Define a relation $R$ on $\mathbb{Z}$ by $aRb$ iff $3a - 5b$ is even. Prove $R$ is an equivalence relation and describe equivalence classes.
I think I got most of the proof, but feel free to critique anything you would like :).
First, notice that $aRa$ means $3a - 5a = a(3 - 5) = 2(-a)$. This is even, thus, $R$ is reflexive.

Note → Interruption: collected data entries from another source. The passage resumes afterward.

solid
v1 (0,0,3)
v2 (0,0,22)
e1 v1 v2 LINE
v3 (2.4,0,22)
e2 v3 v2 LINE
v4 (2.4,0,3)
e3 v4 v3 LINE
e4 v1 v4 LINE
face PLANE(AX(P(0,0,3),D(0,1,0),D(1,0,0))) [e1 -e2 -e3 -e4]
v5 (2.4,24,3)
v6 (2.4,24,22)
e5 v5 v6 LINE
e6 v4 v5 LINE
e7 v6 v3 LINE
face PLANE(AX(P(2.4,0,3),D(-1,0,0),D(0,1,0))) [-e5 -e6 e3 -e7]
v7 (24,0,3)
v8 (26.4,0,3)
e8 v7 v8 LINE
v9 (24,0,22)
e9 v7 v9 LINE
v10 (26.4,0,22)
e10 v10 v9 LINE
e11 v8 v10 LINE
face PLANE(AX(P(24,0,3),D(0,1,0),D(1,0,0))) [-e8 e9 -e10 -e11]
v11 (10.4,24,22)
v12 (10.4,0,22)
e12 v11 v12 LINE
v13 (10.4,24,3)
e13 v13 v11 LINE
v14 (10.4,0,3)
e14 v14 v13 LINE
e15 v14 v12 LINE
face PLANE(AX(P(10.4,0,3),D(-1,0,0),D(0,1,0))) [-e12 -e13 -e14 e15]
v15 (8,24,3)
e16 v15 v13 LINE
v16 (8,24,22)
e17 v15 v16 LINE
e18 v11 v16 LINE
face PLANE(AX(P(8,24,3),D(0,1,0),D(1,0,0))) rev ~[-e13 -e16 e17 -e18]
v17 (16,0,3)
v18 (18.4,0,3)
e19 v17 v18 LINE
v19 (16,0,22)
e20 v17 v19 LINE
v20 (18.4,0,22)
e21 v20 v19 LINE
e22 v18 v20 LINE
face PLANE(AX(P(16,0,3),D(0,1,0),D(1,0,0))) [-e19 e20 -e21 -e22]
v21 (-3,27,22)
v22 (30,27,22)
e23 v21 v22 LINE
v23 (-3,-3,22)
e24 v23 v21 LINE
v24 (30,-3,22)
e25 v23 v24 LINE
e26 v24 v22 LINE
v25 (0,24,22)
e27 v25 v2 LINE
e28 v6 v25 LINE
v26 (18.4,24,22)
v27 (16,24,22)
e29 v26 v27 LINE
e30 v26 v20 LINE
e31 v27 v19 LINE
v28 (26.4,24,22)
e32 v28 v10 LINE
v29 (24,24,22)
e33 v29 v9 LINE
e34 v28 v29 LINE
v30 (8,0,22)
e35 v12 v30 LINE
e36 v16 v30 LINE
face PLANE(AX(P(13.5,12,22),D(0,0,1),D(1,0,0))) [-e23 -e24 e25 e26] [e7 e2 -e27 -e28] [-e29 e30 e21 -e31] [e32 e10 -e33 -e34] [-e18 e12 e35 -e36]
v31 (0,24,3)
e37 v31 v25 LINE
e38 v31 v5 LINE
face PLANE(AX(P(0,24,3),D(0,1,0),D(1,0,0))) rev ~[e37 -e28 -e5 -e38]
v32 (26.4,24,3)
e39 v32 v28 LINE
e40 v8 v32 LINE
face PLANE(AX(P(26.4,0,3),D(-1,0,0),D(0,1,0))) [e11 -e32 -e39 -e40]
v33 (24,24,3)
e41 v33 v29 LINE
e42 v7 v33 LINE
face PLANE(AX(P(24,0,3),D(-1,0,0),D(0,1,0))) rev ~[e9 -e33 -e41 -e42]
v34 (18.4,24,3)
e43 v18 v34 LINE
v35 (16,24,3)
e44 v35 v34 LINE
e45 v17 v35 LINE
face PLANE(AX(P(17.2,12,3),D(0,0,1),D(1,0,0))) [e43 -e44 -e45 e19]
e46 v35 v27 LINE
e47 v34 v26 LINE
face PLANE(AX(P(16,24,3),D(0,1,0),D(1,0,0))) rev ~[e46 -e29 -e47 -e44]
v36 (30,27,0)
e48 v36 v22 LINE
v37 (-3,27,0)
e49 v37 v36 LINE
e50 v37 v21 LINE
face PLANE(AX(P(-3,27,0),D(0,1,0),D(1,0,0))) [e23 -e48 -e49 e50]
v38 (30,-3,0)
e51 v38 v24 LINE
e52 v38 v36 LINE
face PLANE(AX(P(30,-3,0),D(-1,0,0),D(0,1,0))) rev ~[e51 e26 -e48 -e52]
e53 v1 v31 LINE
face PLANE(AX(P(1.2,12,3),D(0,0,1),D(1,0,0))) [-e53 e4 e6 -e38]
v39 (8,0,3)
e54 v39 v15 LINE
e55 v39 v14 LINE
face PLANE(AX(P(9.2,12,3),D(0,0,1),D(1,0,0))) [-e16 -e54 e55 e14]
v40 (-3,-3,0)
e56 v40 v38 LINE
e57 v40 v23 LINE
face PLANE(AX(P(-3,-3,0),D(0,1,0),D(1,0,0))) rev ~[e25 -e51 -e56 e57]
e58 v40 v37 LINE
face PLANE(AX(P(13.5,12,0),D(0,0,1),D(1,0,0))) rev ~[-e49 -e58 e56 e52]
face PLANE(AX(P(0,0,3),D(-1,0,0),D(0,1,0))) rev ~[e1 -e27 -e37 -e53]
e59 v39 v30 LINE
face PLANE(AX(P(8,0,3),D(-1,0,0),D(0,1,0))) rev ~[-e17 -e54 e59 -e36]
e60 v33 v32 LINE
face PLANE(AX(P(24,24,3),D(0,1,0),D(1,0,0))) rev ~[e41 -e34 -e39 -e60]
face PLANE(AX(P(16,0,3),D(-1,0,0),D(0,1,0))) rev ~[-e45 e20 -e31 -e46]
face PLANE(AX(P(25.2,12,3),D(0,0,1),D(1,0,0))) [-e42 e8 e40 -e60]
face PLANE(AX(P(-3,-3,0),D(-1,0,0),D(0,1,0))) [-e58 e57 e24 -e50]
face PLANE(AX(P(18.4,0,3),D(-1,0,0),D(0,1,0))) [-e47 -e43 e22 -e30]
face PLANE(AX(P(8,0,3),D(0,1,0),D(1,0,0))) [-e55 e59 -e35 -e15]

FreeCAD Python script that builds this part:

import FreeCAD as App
import Part
import Sketcher


def add_polygon(sketch, points):
    """Adds a closed chain of lines whose ends are joined by coincident constraints."""
    first, n = sketch.GeometryCount, len(points)
    for a, b in zip(points, points[1:] + points[:1]):
        sketch.addGeometry(Part.LineSegment(App.Vector(*a, 0), App.Vector(*b, 0)), False)
    for i in range(n):
        sketch.addConstraint(Sketcher.Constraint("Coincident", first + i, 2, first + (i + 1) % n, 1))

doc = App.newDocument("Part")
body = doc.addObject("PartDesign::Body", "Body")

# Sketch on XY plane
sketch1 = body.newObject("Sketcher::SketchObject", "Sketch")
sketch1.AttachmentSupport = (doc.getObject("XY_Plane"), [""])
sketch1.MapMode = "FlatFace"
add_polygon(sketch1, [(8, 24), (8, 0), (10.4, 0), (10.4, 24)])  # lines 0-3
sketch1.addConstraint([
    Sketcher.Constraint("Vertical", 0),
    Sketcher.Constraint("Horizontal", 1),
    Sketcher.Constraint("Vertical", 2),
    Sketcher.Constraint("Horizontal", 3),
    Sketcher.Constraint("PointOnObject", 0, 2, -1),
    Sketcher.Constraint("DistanceY", 0, 2, 0, 1, 24.0),
    Sketcher.Constraint("DistanceX", 1, 1, 1, 2, 2.4),
    Sketcher.Constraint("DistanceX", -1, 1, 0, 2, 8.0),
])
pad1 = body.newObject("PartDesign::Pad", "Pad")
pad1.Profile = sketch1
pad1.Length = 22
body2 = doc.addObject("PartDesign::Body", "Body001")

# Sketch on XY plane
sketch2 = body2.newObject("Sketcher::SketchObject", "Sketch001")
sketch2.AttachmentSupport = (doc.getObject("XY_Plane001"), [""])
sketch2.MapMode = "FlatFace"
add_polygon(sketch2, [(16, 24), (16, 0), (18.4, 0), (18.4, 24)])  # lines 0-3
sketch2.addConstraint([
    Sketcher.Constraint("Vertical", 0),
    Sketcher.Constraint("Horizontal", 1),
    Sketcher.Constraint("Vertical", 2),
    Sketcher.Constraint("Horizontal", 3),
    Sketcher.Constraint("PointOnObject", 0, 2, -1),
    Sketcher.Constraint("DistanceY", 0, 2, 0, 1, 24.0),
    Sketcher.Constraint("DistanceX", 1, 1, 1, 2, 2.4),
    Sketcher.Constraint("DistanceX", -1, 1, 0, 2, 16.0),
])
pad2 = body2.newObject("PartDesign::Pad", "Pad001")
pad2.Profile = sketch2
pad2.Length = 22
body3 = doc.addObject("PartDesign::Body", "Body002")

# Sketch on XY plane
sketch3 = body3.newObject("Sketcher::SketchObject", "Sketch002")
sketch3.AttachmentSupport = (doc.getObject("XY_Plane002"), [""])
sketch3.MapMode = "FlatFace"
add_polygon(sketch3, [(24, 24), (24, 0), (26.4, 0), (26.4, 24)])  # lines 0-3
sketch3.addConstraint([
    Sketcher.Constraint("Vertical", 0),
    Sketcher.Constraint("Horizontal", 1),
    Sketcher.Constraint("Vertical", 2),
    Sketcher.Constraint("Horizontal", 3),
    Sketcher.Constraint("PointOnObject", 0, 2, -1),
    Sketcher.Constraint("DistanceY", 0, 2, 0, 1, 24.0),
    Sketcher.Constraint("DistanceX", 1, 1, 1, 2, 2.4),
    Sketcher.Constraint("DistanceX", -1, 1, 0, 2, 24.0),
])
pad3 = body3.newObject("PartDesign::Pad", "Pad002")
pad3.Profile = sketch3
pad3.Length = 22
body4 = doc.addObject("PartDesign::Body", "Body003")
body4.AllowCompound = True

# Sketch on XY plane
sketch4 = body4.newObject("Sketcher::SketchObject", "Sketch003")
sketch4.AttachmentSupport = (doc.getObject("XY_Plane003"), [""])
sketch4.MapMode = "FlatFace"
add_polygon(sketch4, [(0, 24), (0, 0), (2.4, 0), (2.4, 24)])  # lines 0-3
sketch4.addConstraint([
    Sketcher.Constraint("Vertical", 0),
    Sketcher.Constraint("Horizontal", 1),
    Sketcher.Constraint("Vertical", 2),
    Sketcher.Constraint("Horizontal", 3),
    Sketcher.Constraint("Coincident", 0, 2, -1, 1),
    Sketcher.Constraint("DistanceY", 0, 2, 0, 1, 24.0),
    Sketcher.Constraint("DistanceX", 1, 1, 1, 2, 2.4),
])
pad4 = body4.newObject("PartDesign::Pad", "Pad003")
pad4.Profile = sketch4
pad4.Length = 22
doc.recompute()

boolean = body4.newObject("PartDesign::Boolean", "Boolean")
boolean.Type = "Fuse"
boolean.addObjects([body])
doc.recompute()

boolean2 = body4.newObject("PartDesign::Boolean", "Boolean001")
boolean2.Type = "Fuse"
boolean2.addObjects([body2])
doc.recompute()

boolean3 = body4.newObject("PartDesign::Boolean", "Boolean002")
boolean3.Type = "Fuse"
boolean3.addObjects([body3])
body5 = doc.addObject("PartDesign::Body", "Body004")
body5.AllowCompound = True
doc.recompute()

body4.Placement = App.Placement(App.Vector(0, 0, 3), App.Rotation(App.Vector(0, 0, 1), 0))
boolean4 = body5.newObject("PartDesign::Boolean", "Boolean003")
boolean4.Type = "Fuse"
boolean4.addObjects([body4])
body6 = doc.addObject("PartDesign::Body", "Body005")

# Sketch on XY plane
sketch5 = body6.newObject("Sketcher::SketchObject", "Sketch004")
sketch5.AttachmentSupport = (doc.getObject("XY_Plane005"), [""])
sketch5.MapMode = "FlatFace"
add_polygon(sketch5, [(-3, 27), (-3, -3), (30, -3), (30, 27)])  # lines 0-3
sketch5.addConstraint([
    Sketcher.Constraint("Vertical", 0),
    Sketcher.Constraint("Horizontal", 1),
    Sketcher.Constraint("Vertical", 2),
    Sketcher.Constraint("Horizontal", 3),
    Sketcher.Constraint("DistanceX", 1, 1, 1, 2, 33.0),
    Sketcher.Constraint("DistanceY", 0, 2, 0, 1, 30.0),
    Sketcher.Constraint("DistanceX", 0, 2, -1, 1, 3.0),
    Sketcher.Constraint("DistanceY", 0, 2, -1, 1, 3.0),
])
pad5 = body6.newObject("PartDesign::Pad", "Pad004")
pad5.Profile = sketch5
pad5.Length = 22
doc.recompute()

boolean5 = body6.newObject("PartDesign::Boolean", "Boolean004")
boolean5.Type = "Cut"
boolean5.addObjects([body5])

doc.recompute()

Second we show that $aRb \implies bRa$. Well, $aRb$ means that $3a - 5b$ is even. Then we have $3a - 5b = 2k$ for some integer k. Rearrange like so $$ \begin{equation} \begin{split} 3a - 5b &= 2k \\ -5b &= 2k - 3a \\ -5b &= 2(k - a) + (-a) \end{split} \end{equation} $$ Since, we stated that the LHS and RHS were both even in the beginning and still are (i think?), this forces $a$ and $b$ to be even. Thus, $3b - 5a$ is even because we are dealing with two even numbers. Therefore $bRa$ which means $R$ is symmetric.
Now for transitive. We have show that $(aRb \wedge bRc) \implies aRc$. Since $aRb \wedge bRc$, we have $3a - 5b$ even and $3b - 5c$ even. Note when we add, the sum is even. Observe $$ (3a - 5b) + (3b - 5c) \\ 3a - 2b - 5c \\ 2(-b) + (3a - 5c) $$ $2(-b)$ is even and this forces $3a - 5c$ to be even. Therefore $R$ is transitive. QED.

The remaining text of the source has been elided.